Bank of America, their mortgage servicer, put them on a HAMP trial payment plan in December that cut their monthly payment by more than half from almost $4,000 to about $1,826.

They say they made their reduced monthly payments early and did everything else that was asked of them. But they didn't get a permanent modification, and they say they don't know why.

Instead, according to a lawsuit they've brought against Bank of America, they are now more than $8,000 behind on a mortgage that had been current 12 months ago. Each of their credit scores has dropped by nearly 100 points. And, they allege, Bank of America has threatened them with foreclosure.

Whether the Lake Stevens, Wash., couple keep their home may hinge on the outcome of a legal strategy that aims to join struggling homeowners with similar experiences in the HAMP program in a class-action lawsuit against the nation's largest bank. On Sept. 30 in Nashville, a federal court hearing is scheduled to consider consolidating the Sopers' case with more than a dozen others against Bank of America.

Similar lawsuits, also seeking class-action status, are pending against other major servicers such as JPMorgan Chase and Wells Fargo. Taken together, the cases threaten to amplify a growing public frustration with mortgage servicers' treatment of HAMP borrowers and HAMP's modest results. Permanent modifications, which lower mortgage payments to 31% of a borrower's pretax monthly income for five years, have been given to only about a third of the 1.3 million borrowers in trial plans since the program's launch in April 2009.

Most of the lawsuits allege that the three- or four-month trial payment plans are contracts, and that Bank of America and other servicers broke them by not giving permanent modifications to homeowners who made their trial payments on time and provided the necessary documentation.

Servicers have asked courts to dismiss some of the cases, saying the trial plans are not contracts. Bank of America, which says it plans to seek dismissal of the Soper case, argues in a court filing in a similar case that it must consider borrowers for a HAMP modification, but that it has discretion in granting permanent modifications.

The bank also argues that homeowners have no case because courts have dismissed earlier HAMP-related lawsuits against mortgage servicers. Those cases claimed that in denying some homeowners modifications, the servicers had breached the contracts they made with the Treasury Department when they agreed to participate in HAMP. Courts said homeowners could not sue on those grounds because they weren't parties to the contracts between the government and the servicers.

Lawyers for homeowners say they are now making a different legal argument: that Bank of America and others broke contracts made directly with homeowners.
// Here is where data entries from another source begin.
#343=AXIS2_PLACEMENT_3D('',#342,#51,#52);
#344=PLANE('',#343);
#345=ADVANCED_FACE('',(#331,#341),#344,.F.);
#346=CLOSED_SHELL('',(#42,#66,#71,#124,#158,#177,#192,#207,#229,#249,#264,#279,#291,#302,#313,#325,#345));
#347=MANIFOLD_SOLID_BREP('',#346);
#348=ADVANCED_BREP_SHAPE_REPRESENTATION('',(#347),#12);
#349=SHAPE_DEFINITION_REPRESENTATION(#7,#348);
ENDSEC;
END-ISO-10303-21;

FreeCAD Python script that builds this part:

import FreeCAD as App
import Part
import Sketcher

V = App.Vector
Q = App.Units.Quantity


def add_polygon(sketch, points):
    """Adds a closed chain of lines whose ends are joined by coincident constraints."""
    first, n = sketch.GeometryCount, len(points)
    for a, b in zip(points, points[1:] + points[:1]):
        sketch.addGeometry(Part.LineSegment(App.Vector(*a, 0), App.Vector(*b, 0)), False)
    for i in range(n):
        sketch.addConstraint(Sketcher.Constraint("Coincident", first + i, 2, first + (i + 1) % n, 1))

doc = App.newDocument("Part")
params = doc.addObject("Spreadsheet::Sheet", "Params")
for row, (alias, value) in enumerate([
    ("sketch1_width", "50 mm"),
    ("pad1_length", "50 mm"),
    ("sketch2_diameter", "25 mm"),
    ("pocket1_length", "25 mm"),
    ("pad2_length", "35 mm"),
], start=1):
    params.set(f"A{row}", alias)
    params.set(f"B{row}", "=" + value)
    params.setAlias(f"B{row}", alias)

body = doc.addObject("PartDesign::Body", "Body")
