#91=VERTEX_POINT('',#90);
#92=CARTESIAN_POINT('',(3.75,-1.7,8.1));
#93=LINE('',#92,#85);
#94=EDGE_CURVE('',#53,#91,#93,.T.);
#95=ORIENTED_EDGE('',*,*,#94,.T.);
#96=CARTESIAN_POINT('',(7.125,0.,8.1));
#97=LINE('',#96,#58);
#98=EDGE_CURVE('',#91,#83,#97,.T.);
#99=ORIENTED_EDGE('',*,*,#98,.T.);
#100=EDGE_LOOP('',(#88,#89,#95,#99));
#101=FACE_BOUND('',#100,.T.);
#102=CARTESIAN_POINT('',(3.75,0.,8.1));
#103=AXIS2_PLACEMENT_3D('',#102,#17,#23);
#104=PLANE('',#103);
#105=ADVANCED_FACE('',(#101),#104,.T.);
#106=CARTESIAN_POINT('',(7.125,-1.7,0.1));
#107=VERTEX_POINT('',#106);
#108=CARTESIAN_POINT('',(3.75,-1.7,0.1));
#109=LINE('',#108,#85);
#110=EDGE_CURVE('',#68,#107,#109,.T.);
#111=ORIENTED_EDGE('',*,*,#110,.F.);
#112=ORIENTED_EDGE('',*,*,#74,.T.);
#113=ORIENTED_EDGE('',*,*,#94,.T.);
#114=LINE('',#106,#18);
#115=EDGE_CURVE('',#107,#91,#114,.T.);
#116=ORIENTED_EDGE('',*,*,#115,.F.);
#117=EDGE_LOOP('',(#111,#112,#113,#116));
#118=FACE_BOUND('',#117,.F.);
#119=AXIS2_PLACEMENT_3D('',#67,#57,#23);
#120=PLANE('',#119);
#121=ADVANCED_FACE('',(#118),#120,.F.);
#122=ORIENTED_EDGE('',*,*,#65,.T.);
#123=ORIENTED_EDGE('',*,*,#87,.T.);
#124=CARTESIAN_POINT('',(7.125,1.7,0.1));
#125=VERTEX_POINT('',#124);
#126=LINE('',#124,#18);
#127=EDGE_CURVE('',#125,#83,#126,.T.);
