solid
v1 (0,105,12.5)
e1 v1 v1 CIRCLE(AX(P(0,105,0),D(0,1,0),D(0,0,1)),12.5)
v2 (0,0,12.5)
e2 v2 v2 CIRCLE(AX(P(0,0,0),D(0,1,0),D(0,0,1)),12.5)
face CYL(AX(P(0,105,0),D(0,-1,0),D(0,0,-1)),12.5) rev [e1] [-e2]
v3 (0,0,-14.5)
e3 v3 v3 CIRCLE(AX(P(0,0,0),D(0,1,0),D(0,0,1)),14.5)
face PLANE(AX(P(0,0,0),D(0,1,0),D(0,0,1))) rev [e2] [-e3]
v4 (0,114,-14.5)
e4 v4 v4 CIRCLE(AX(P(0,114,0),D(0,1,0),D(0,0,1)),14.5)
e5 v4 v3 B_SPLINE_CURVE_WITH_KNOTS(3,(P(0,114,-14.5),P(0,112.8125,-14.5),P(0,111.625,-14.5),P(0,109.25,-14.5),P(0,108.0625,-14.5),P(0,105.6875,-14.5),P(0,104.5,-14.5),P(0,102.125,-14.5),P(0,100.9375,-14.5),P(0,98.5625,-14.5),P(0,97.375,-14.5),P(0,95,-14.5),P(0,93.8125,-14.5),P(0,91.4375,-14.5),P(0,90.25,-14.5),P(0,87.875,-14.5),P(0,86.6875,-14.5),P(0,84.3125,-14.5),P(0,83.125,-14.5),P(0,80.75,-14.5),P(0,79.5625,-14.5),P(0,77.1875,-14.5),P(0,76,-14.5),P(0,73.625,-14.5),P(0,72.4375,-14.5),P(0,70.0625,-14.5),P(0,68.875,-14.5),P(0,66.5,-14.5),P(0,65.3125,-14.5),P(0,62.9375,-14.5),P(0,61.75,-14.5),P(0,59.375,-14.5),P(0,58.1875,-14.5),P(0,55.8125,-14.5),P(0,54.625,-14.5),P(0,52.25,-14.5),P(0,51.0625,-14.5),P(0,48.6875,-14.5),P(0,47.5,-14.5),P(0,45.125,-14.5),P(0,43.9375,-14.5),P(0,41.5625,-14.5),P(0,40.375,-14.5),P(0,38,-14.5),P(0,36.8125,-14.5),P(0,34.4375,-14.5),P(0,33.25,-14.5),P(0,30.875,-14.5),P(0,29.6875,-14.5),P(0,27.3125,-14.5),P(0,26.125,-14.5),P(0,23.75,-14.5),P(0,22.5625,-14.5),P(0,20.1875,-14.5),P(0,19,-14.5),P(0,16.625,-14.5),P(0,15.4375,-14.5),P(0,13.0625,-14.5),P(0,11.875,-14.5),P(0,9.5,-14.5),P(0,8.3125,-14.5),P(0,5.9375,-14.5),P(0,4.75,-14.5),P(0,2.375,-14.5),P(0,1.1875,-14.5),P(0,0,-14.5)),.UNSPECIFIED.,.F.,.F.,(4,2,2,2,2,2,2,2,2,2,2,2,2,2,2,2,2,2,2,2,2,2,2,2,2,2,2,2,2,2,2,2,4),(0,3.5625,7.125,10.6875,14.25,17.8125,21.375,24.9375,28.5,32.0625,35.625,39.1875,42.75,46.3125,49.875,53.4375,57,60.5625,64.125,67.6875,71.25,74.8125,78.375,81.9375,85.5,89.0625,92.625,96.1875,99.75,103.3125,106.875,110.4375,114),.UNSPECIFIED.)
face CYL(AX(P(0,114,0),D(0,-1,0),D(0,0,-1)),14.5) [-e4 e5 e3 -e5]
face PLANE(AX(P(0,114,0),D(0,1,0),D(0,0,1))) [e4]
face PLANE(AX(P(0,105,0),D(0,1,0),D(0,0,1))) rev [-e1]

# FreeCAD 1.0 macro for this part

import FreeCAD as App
import Part
import Sketcher
from FreeCAD import Vector
Q = App.Units.Quantity

doc = App.newDocument("Part")
params = doc.addObject("Spreadsheet::Sheet", "Params")
for row, (alias, value) in enumerate([
    ("sketch1_diameter", "29 mm"),
    ("pad1_length", "114 mm"),
    ("sketch2_diameter", "25 mm"),
    ("pocket1_length", "105 mm"),
], start=1):
    params.set(f"A{row}", alias)
    params.set(f"B{row}", "=" + value)
    params.setAlias(f"B{row}", alias)

body = doc.addObject("PartDesign::Body", "Body")

# Sketch on XZ plane
sketch1 = doc.addObject("Sketcher::SketchObject", "Sketch")
body.addObject(sketch1)
sketch1.AttachmentSupport = (doc.XZ_Plane, [""])
sketch1.MapMode = "FlatFace"
sketch1.addGeometry(Part.Circle(Vector(0, 0, 0), Vector(0, 0, 1), 14.5), False)
sketch1.addConstraint([
    Sketcher.Constraint("Coincident", 0, 3, -1, 1),
    Sketcher.Constraint("Diameter", 0, Q("29 mm")),
])
sketch1.setExpression("Constraints[1]", "Params.sketch1_diameter")
pad1 = doc.addObject("PartDesign::Pad", "Pad")
body.addObject(pad1)
pad1.Profile = sketch1
pad1.setExpression("Length", "Params.pad1_length")
pad1.Reversed = True

# Sketch on XZ plane
sketch2 = doc.addObject("Sketcher::SketchObject", "Sketch001")
body.addObject(sketch2)
sketch2.AttachmentSupport = (doc.XZ_Plane, [""])
sketch2.MapMode = "FlatFace"
sketch2.addGeometry(Part.Circle(Vector(0, 0, 0), Vector(0, 0, 1), 12.5), False)
sketch2.addConstraint([
    Sketcher.Constraint("Coincident", 0, 3, -1, 1),
    Sketcher.Constraint("Diameter", 0, Q("25 mm")),
])
sketch2.setExpression("Constraints[1]", "Params.sketch2_diameter")
pocket1 = doc.addObject("PartDesign::Pocket", "Pocket")
body.addObject(pocket1)
pocket1.Profile = sketch2
pocket1.setExpression("Length", "Params.pocket1_length")

doc.recompute()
"Borrowers have said we should be able to enforce the contract between Treasury and mortgage servicers, and many courts have rejected that. Our cases are the first filed that touch on a contract between servicers and borrowers," says Kevin Costello, a lawyer with Roddy Klein & Ryan in Boston, which represents homeowners in cases against Bank of America, JPMorgan Chase and Wells Fargo.

"This litigation is spreading all across the country. People have been relying on a promise all along, and then they get a denial. Then they find themselves in that much worse of a hole," he says.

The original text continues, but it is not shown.